L'Alsace
- Logo of L'Alsace
- Type: Daily newspaper
- Founded: November 1944
- Language: French
- Headquarters: Mulhouse
- Country: France
- ISSN: 2102-6882
- Website: www.lalsace.fr

= L'Alsace =

French regional daily newspaper

L'Alsace (/fr/) is a regional daily French newspaper covering the Alsace region.

==History and profile==
L'Alsace was created in November 1944. In addition to its headquarters in Mulhouse, L'Alsace has 15 local agencies in the Haut-Rhin département (Altkirch, Cernay, Colmar, Guebwiller, Masevaux, Mulhouse, Saint-Louis, Sainte-Marie-aux-Mines, Thann and Wittelsheim), two in the Bas-Rhin département (Sélestat and Strasbourg), one in the Territoire de Belfort département (Belfort), one in the Doubs département (Montbéliard), and one in the Haute-Saône département (Lure).
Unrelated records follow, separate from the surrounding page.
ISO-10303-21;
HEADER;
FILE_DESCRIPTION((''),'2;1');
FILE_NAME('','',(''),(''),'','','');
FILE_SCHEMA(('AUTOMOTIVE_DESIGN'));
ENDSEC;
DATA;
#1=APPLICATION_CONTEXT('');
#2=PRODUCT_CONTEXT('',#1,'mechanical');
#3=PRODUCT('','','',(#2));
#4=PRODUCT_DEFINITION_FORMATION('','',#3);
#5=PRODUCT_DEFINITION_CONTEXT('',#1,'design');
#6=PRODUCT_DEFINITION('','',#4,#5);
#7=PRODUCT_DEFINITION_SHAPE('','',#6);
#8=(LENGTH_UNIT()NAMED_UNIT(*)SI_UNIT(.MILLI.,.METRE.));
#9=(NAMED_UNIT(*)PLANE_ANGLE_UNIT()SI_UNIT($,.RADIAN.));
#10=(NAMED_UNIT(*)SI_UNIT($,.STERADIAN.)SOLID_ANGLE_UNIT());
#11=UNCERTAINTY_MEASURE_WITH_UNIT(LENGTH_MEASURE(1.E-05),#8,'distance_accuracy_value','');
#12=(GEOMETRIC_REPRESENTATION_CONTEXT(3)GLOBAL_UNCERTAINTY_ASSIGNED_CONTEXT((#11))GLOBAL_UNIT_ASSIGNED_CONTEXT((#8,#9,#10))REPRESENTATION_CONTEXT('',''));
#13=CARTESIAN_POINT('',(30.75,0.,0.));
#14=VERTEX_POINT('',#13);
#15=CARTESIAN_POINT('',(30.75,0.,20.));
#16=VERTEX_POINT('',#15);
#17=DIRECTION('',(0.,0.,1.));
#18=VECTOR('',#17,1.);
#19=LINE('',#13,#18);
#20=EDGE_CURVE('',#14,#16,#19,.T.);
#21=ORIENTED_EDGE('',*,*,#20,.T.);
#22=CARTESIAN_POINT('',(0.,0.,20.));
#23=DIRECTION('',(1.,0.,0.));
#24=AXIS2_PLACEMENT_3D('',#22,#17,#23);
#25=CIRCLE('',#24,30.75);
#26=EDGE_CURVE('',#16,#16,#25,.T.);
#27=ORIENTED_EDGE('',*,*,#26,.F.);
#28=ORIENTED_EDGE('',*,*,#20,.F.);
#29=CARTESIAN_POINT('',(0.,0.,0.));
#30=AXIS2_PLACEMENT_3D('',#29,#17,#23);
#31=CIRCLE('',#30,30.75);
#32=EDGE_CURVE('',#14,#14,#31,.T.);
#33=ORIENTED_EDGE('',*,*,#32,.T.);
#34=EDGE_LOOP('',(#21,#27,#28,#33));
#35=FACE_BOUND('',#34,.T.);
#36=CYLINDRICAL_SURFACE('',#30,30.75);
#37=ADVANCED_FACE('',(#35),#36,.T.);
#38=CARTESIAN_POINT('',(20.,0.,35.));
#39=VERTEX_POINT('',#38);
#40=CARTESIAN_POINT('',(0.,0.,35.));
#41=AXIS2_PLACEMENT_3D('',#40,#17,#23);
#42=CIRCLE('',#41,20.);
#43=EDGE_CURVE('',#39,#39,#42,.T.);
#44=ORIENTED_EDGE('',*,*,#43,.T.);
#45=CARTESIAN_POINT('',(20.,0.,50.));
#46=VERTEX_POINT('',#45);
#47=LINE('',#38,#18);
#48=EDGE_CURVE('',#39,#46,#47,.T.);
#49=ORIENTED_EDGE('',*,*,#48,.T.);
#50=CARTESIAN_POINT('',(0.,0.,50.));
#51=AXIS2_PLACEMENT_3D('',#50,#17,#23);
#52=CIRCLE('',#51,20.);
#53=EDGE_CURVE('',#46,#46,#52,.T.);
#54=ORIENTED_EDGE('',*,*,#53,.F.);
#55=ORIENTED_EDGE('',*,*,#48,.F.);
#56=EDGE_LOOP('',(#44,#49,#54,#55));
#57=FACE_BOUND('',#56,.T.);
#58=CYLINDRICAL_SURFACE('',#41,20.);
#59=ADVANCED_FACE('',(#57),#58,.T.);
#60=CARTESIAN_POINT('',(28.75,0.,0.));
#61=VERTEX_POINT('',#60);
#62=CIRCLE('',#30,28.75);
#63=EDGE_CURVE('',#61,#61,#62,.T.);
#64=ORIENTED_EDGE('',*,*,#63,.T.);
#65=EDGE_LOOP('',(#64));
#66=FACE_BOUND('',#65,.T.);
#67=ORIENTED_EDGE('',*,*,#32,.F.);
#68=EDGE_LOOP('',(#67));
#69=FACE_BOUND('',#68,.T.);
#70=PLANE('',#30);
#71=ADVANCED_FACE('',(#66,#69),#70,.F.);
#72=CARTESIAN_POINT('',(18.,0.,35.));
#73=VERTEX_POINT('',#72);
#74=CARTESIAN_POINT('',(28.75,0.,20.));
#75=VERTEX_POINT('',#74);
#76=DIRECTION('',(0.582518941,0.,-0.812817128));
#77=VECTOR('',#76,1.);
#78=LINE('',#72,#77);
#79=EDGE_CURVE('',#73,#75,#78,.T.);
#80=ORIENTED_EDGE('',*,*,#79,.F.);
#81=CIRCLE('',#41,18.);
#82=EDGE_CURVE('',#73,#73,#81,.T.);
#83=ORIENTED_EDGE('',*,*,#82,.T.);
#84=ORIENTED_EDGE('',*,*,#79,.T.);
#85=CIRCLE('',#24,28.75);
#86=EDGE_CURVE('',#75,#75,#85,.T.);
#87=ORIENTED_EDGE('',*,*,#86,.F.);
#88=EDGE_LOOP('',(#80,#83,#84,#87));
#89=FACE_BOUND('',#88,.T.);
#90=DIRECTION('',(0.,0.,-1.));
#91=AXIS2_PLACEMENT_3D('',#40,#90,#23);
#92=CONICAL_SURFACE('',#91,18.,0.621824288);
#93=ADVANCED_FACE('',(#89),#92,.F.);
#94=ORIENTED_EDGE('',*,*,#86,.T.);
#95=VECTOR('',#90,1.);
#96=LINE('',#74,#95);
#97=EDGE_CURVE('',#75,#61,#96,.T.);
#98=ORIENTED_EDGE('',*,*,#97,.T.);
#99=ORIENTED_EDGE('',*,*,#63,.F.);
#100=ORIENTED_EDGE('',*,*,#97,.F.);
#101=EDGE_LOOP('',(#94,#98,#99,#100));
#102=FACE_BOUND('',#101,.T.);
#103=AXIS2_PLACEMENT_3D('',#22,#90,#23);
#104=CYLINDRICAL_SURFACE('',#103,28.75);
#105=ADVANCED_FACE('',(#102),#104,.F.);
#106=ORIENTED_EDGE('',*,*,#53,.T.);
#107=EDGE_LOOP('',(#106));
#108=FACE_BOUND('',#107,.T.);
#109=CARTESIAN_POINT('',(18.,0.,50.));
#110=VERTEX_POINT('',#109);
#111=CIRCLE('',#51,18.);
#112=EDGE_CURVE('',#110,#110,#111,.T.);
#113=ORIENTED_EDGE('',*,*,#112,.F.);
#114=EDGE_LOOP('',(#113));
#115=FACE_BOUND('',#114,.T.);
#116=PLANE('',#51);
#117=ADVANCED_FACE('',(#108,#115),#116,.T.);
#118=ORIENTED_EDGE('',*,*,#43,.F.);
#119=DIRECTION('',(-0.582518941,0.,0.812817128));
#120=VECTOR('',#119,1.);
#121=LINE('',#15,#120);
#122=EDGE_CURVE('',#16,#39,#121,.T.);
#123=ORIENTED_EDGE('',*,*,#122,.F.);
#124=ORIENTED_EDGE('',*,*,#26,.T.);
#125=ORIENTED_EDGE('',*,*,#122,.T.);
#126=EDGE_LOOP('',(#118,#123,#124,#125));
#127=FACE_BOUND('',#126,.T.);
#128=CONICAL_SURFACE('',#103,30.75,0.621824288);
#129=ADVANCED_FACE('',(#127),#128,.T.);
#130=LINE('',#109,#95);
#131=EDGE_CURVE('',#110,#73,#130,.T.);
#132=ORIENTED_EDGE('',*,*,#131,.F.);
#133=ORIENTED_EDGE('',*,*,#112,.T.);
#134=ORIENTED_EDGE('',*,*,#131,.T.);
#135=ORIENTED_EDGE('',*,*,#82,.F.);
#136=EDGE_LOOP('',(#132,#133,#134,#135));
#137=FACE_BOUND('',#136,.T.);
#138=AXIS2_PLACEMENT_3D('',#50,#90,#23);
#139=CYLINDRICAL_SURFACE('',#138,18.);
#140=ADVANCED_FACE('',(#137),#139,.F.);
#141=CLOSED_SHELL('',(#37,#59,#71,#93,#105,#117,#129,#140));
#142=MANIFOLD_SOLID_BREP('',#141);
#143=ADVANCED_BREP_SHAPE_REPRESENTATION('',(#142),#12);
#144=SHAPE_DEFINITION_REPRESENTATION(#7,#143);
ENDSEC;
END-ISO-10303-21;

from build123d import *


with BuildPart() as part:
    # Sketch → Revolution (revolve)
    with BuildSketch(Plane.XZ):
        Polygon((28.75, 0), (30.75, 0), (30.75, 20), (20, 35), (20, 50), (18, 50), (18, 35), (28.75, 20), align=None)
    revolve(axis=Axis((0, 0, 0), (0, 0, 1)))


solid = part.part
A French-German bilingual edition is also published, representing 4.72 percent of the newspaper's global sales in 2003. The publishing director and manager of the paper is Jean-Dominique Pretet.

Circulation of the newspaper Source : ACPM
| Year | Circulation |
|---|---|
| 2018 | 73,556 |
| 2017 | 76,272 |
| 2016 | 78,910 |
| 2015 | 80,871 |
| 2014 | 83,254 |
| 2013 | - |
| 2012 | 96,858 |
| 2011 | 99,856 |
| 2010 | 101,127 |
| 2009 | 103,654 |
| 2008 | 105,786 |
| 2007 | 107,202 |
| 2006 | 108,577 |
| 2005 | 111,204 |

Le Pays was a related paper sold in the Franche-Comté region, but was sold to a competitor in 2013.